* [Your task]:
Print every record exactly, omitting none.
====== Supplied records
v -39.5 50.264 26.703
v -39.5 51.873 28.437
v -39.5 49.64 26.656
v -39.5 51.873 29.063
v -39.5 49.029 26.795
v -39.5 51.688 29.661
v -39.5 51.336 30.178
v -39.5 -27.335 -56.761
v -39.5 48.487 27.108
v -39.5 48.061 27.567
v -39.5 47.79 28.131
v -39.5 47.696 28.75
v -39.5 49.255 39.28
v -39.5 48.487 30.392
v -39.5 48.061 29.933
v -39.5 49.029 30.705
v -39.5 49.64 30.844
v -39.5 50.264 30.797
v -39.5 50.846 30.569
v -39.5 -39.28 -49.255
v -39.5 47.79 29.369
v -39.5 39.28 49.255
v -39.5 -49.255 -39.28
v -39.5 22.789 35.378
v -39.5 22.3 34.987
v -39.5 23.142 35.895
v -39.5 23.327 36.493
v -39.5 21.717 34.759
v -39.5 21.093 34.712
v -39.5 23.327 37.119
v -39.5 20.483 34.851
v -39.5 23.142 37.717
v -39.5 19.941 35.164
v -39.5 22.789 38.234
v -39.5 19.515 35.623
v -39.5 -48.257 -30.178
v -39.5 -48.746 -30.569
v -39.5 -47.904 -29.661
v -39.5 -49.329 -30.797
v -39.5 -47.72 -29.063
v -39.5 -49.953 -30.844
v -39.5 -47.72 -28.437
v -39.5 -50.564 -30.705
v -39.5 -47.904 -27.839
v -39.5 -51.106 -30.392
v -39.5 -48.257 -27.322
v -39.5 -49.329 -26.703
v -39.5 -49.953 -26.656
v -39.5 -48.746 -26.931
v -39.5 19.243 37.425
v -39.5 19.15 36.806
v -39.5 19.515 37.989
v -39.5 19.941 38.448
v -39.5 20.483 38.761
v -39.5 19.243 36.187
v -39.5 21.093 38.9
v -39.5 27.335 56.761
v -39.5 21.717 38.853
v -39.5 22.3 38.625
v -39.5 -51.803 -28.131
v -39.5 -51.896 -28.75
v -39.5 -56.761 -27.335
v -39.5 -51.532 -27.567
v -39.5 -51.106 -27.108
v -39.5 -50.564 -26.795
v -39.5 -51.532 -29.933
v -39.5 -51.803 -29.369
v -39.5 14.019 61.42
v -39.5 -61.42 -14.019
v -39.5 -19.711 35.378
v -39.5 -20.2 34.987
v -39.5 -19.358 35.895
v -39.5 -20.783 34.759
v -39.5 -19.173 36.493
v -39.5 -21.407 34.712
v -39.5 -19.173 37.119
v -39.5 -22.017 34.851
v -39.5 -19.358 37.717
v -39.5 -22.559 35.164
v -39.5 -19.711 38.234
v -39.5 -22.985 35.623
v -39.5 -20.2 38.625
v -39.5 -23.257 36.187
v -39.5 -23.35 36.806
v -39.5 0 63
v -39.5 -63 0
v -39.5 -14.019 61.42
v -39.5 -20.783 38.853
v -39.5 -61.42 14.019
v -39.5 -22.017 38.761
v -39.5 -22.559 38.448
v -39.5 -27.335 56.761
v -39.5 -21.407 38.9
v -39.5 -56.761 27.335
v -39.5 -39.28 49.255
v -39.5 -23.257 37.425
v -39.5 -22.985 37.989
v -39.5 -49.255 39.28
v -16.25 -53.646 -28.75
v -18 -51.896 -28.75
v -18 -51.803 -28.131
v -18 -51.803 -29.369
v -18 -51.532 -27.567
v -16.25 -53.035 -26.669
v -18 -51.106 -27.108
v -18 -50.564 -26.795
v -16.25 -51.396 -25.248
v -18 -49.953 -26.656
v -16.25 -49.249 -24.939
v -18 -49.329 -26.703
============
* [Solution to this task]:
v -39.5 50.264 26.703
v -39.5 51.873 28.437
v -39.5 49.64 26.656
v -39.5 51.873 29.063
v -39.5 49.029 26.795
v -39.5 51.688 29.661
v -39.5 51.336 30.178
v -39.5 -27.335 -56.761
v -39.5 48.487 27.108
v -39.5 48.061 27.567
v -39.5 47.79 28.131
v -39.5 47.696 28.75
v -39.5 49.255 39.28
v -39.5 48.487 30.392
v -39.5 48.061 29.933
v -39.5 49.029 30.705
v -39.5 49.64 30.844
v -39.5 50.264 30.797
v -39.5 50.846 30.569
v -39.5 -39.28 -49.255
v -39.5 47.79 29.369
v -39.5 39.28 49.255
v -39.5 -49.255 -39.28
v -39.5 22.789 35.378
v -39.5 22.3 34.987
v -39.5 23.142 35.895
v -39.5 23.327 36.493
v -39.5 21.717 34.759
v -39.5 21.093 34.712
v -39.5 23.327 37.119
v -39.5 20.483 34.851
v -39.5 23.142 37.717
v -39.5 19.941 35.164
v -39.5 22.789 38.234
v -39.5 19.515 35.623
v -39.5 -48.257 -30.178
v -39.5 -48.746 -30.569
v -39.5 -47.904 -29.661
v -39.5 -49.329 -30.797
v -39.5 -47.72 -29.063
v -39.5 -49.953 -30.844
v -39.5 -47.72 -28.437
v -39.5 -50.564 -30.705
v -39.5 -47.904 -27.839
v -39.5 -51.106 -30.392
v -39.5 -48.257 -27.322
v -39.5 -49.329 -26.703
v -39.5 -49.953 -26.656
v -39.5 -48.746 -26.931
v -39.5 19.243 37.425
v -39.5 19.15 36.806
v -39.5 19.515 37.989
v -39.5 19.941 38.448
v -39.5 20.483 38.761
v -39.5 19.243 36.187
v -39.5 21.093 38.9
v -39.5 27.335 56.761
v -39.5 21.717 38.853
v -39.5 22.3 38.625
v -39.5 -51.803 -28.131
v -39.5 -51.896 -28.75
v -39.5 -56.761 -27.335
v -39.5 -51.532 -27.567
v -39.5 -51.106 -27.108
v -39.5 -50.564 -26.795
v -39.5 -51.532 -29.933
v -39.5 -51.803 -29.369
v -39.5 14.019 61.42
v -39.5 -61.42 -14.019
v -39.5 -19.711 35.378
v -39.5 -20.2 34.987
v -39.5 -19.358 35.895
v -39.5 -20.783 34.759
v -39.5 -19.173 36.493
v -39.5 -21.407 34.712
v -39.5 -19.173 37.119
v -39.5 -22.017 34.851
v -39.5 -19.358 37.717
v -39.5 -22.559 35.164
v -39.5 -19.711 38.234
v -39.5 -22.985 35.623
v -39.5 -20.2 38.625
v -39.5 -23.257 36.187
v -39.5 -23.35 36.806
v -39.5 0 63
v -39.5 -63 0
v -39.5 -14.019 61.42
v -39.5 -20.783 38.853
v -39.5 -61.42 14.019
v -39.5 -22.017 38.761
v -39.5 -22.559 38.448
v -39.5 -27.335 56.761
v -39.5 -21.407 38.9
v -39.5 -56.761 27.335
v -39.5 -39.28 49.255
v -39.5 -23.257 37.425
v -39.5 -22.985 37.989
v -39.5 -49.255 39.28
v -16.25 -53.646 -28.75
v -18 -51.896 -28.75
v -18 -51.803 -28.131
v -18 -51.803 -29.369
v -18 -51.532 -27.567
v -16.25 -53.035 -26.669
v -18 -51.106 -27.108
v -18 -50.564 -26.795
v -16.25 -51.396 -25.248
v -18 -49.953 -26.656
v -16.25 -49.249 -24.939
v -18 -49.329 -26.703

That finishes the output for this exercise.